Fractionation of iron-titanium oxide minerals in mafic-ultramafic magmatic systems: Case studies from Greenland and South Africa. PhD in Geology (NERC GW4 + DTP) Ref: 3671
About the award
Prof Jens C. Andersen, Camborne School of Mines, College of Engineering, Mathematics and Physical Sciences, University of Exeter
Prof Wolfgang Maier, School of Earth and Ocean Sciences, Cardiff University
Prof Marian Holness, Department of Earth Sciences, University of Cambridge
Location: Penryn Campus, University of Exeter, Penryn, Cornwall, TR10 9FE
This project is one of a number that are in competition for funding from the NERC GW4+ Doctoral Training Partnership (GW4+ DTP). The GW4+ DTP consists of the GW4 Alliance of research-intensive universities: the University of Bath, University of Bristol, Cardiff University and the University of Exeter plus five unique and prestigious Research Organisation partners: British Antarctic Survey, British Geological Survey, Centre for Ecology & Hydrology, the Natural History Museum and Plymouth Marine Laboratory. The partnership aims to provide a broad training in the Earth, Environmental and Life sciences, designed to train tomorrow’s leaders in scientific research, business, technology and policy-making. For further details about the programme please see http://nercgw4plus.ac.uk/
For eligible successful applicants, the studentships comprises:
- A stipend for 3.5 years (currently £15,009 p.a. for 2019/20) in line with UK Research and Innovation rates
- Payment of university tuition fees;
- A research budget of £11,000 for an international conference, lab, field and research expenses;
- A training budget of £3,250 for specialist training courses and expenses.

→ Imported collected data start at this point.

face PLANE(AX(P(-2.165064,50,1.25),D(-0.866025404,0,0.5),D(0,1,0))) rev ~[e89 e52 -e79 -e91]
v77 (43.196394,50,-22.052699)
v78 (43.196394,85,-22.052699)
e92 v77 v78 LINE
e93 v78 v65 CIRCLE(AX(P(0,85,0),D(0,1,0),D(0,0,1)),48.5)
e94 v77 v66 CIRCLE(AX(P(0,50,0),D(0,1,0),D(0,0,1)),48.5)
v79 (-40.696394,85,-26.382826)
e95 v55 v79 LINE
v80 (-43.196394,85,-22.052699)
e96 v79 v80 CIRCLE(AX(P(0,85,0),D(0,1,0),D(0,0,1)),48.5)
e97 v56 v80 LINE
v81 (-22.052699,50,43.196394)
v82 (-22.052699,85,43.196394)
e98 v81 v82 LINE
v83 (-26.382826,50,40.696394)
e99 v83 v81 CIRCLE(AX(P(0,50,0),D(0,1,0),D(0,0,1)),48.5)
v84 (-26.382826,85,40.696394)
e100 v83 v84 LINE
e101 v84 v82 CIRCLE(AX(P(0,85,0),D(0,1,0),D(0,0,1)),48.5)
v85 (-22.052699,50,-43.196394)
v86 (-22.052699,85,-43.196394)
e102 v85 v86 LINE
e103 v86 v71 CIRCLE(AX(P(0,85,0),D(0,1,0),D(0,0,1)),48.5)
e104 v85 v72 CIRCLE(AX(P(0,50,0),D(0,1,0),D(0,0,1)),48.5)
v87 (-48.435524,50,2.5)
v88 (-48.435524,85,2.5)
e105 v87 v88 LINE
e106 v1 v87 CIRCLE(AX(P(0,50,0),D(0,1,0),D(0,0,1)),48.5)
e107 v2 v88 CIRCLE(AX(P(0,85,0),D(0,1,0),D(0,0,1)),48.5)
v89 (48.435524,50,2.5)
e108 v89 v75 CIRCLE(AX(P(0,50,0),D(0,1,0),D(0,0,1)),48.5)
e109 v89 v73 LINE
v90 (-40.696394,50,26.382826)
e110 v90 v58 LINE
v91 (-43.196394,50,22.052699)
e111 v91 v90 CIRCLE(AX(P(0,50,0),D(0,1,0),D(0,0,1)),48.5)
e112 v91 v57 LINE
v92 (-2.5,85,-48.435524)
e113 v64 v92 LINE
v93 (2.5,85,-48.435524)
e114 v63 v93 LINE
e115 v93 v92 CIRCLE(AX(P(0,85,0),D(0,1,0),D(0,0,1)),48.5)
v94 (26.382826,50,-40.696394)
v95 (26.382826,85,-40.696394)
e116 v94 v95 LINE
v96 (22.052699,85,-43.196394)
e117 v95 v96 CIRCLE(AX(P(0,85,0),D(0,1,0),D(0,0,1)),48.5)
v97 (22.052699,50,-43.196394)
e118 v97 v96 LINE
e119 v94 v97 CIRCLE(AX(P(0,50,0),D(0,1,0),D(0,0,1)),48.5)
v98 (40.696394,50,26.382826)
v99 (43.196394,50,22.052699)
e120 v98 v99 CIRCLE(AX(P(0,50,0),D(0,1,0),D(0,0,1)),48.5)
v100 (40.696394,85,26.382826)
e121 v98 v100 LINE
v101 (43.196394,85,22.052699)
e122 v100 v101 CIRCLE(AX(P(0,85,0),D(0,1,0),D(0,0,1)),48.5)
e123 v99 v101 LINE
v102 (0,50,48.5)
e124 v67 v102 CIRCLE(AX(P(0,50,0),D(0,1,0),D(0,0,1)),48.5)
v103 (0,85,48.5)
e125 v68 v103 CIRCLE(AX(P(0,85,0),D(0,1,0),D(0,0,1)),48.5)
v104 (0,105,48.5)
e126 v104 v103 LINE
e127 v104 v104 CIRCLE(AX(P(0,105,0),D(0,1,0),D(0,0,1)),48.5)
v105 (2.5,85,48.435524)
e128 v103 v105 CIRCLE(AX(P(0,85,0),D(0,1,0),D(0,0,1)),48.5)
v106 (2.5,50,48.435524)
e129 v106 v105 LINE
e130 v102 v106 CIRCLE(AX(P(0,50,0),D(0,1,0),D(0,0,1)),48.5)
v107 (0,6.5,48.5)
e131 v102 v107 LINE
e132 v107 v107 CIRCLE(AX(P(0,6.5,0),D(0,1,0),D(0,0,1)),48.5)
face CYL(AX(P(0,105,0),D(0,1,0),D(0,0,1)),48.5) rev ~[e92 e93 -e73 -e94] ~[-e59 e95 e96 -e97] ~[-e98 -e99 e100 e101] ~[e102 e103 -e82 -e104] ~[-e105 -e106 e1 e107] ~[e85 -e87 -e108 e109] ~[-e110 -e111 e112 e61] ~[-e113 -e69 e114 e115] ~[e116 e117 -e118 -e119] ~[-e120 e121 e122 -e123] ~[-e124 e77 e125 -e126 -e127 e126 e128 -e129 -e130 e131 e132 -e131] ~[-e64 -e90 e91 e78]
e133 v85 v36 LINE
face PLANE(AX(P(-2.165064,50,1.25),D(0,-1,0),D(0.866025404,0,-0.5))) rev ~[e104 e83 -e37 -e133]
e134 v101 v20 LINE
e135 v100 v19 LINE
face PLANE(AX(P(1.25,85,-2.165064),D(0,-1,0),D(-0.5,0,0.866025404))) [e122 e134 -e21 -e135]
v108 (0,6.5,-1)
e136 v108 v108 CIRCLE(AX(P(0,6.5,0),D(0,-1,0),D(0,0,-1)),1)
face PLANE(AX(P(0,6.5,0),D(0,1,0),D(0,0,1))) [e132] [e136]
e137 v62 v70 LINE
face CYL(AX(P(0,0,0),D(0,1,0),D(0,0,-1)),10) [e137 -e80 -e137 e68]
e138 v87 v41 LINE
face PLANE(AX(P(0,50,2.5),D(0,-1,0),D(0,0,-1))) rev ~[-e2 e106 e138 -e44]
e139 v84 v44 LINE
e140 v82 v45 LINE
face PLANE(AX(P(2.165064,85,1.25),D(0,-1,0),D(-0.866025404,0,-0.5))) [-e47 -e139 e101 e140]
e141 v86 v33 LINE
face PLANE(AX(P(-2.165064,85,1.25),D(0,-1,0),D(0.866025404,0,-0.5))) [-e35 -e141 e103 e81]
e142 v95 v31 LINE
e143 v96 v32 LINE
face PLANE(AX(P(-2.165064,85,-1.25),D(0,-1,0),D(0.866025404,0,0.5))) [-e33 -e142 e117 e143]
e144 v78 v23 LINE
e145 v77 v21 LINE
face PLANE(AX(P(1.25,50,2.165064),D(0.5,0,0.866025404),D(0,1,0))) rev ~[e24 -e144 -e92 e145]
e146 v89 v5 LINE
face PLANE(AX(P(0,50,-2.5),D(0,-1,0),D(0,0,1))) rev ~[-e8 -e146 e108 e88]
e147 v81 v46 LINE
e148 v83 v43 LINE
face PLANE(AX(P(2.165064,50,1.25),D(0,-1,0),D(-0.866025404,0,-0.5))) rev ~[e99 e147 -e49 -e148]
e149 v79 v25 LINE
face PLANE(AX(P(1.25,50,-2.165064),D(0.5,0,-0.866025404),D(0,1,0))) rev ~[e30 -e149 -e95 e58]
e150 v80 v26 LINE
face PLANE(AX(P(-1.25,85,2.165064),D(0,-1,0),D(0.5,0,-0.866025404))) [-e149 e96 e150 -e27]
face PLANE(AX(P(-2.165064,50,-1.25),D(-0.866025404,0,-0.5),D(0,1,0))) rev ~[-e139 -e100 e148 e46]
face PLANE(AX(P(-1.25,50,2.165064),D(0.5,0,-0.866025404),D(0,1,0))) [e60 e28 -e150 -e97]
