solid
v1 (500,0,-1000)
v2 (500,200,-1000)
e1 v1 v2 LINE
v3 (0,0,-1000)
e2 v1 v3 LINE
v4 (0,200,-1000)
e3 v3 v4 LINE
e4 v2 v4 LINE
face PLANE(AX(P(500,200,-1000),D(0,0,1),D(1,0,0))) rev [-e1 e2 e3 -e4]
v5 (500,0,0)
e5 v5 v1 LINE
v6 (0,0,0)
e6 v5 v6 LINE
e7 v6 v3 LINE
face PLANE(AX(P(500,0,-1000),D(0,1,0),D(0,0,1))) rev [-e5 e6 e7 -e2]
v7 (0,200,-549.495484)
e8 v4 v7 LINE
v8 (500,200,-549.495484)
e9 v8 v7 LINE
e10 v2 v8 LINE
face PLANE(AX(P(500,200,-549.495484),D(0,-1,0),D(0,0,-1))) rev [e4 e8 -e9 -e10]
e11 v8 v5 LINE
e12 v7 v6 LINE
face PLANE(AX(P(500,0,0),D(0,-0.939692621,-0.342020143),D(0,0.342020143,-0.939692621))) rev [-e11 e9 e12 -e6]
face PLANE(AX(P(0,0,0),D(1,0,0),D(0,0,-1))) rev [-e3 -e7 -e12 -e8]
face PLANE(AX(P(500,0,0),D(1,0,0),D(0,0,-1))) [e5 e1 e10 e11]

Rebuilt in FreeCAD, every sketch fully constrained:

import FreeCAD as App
import Part
import Sketcher
Q = App.Units.Quantity


def add_polygon(sketch, points):
    """Adds a closed chain of lines whose ends are joined by coincident constraints."""
    first, n = sketch.GeometryCount, len(points)
    for a, b in zip(points, points[1:] + points[:1]):
        sketch.addGeometry(Part.LineSegment(App.Vector(*a, 0), App.Vector(*b, 0)), False)
    for i in range(n):
        sketch.addConstraint(Sketcher.Constraint("Coincident", first + i, 2, first + (i + 1) % n, 1))

doc = App.newDocument("Part")
body = doc.addObject("PartDesign::Body", "Body")

# Sketch on YZ plane
sketch1 = body.newObject("Sketcher::SketchObject", "Sketch")
sketch1.AttachmentSupport = (doc.getObject("YZ_Plane"), [""])
sketch1.MapMode = "FlatFace"
add_polygon(sketch1, [(200, -549.495484), (0, 0), (0, -1000), (200, -1000)])  # lines 0-3
sketch1.addConstraint([
    Sketcher.Constraint("Vertical", 1),
    Sketcher.Constraint("Horizontal", 2),
    Sketcher.Constraint("Vertical", 3),
    Sketcher.Constraint("Coincident", 0, 2, -1, 1),
    Sketcher.Constraint("DistanceX", 2, 1, 2, 2, 200.0),
    Sketcher.Constraint("DistanceY", 1, 2, 1, 1, 1000.0),
    Sketcher.Constraint("Angle", 0, Q("110 deg")),
])
pad1 = body.newObject("PartDesign::Pad", "Pad")
pad1.Profile = sketch1
pad1.Length = 500

doc.recompute()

- Travel and accomodation is covered for all compulsory DTP cohort events
- No course fees for courses run by the DTP
We are currently advertising projects for a total of 10 studentships at the University of Exeter
Students who are resident in EU countries are eligible for the full award on the same basis as UK residents. Applicants resident outside of the EU (classed as International for tuition fee purposes) are not eligible for DTP funding. Residency rules are complex and if you have not been resident in the UK or EU for the 3 years prior to the start of the studentship, please apply and we will check eligibility upon shortlisting.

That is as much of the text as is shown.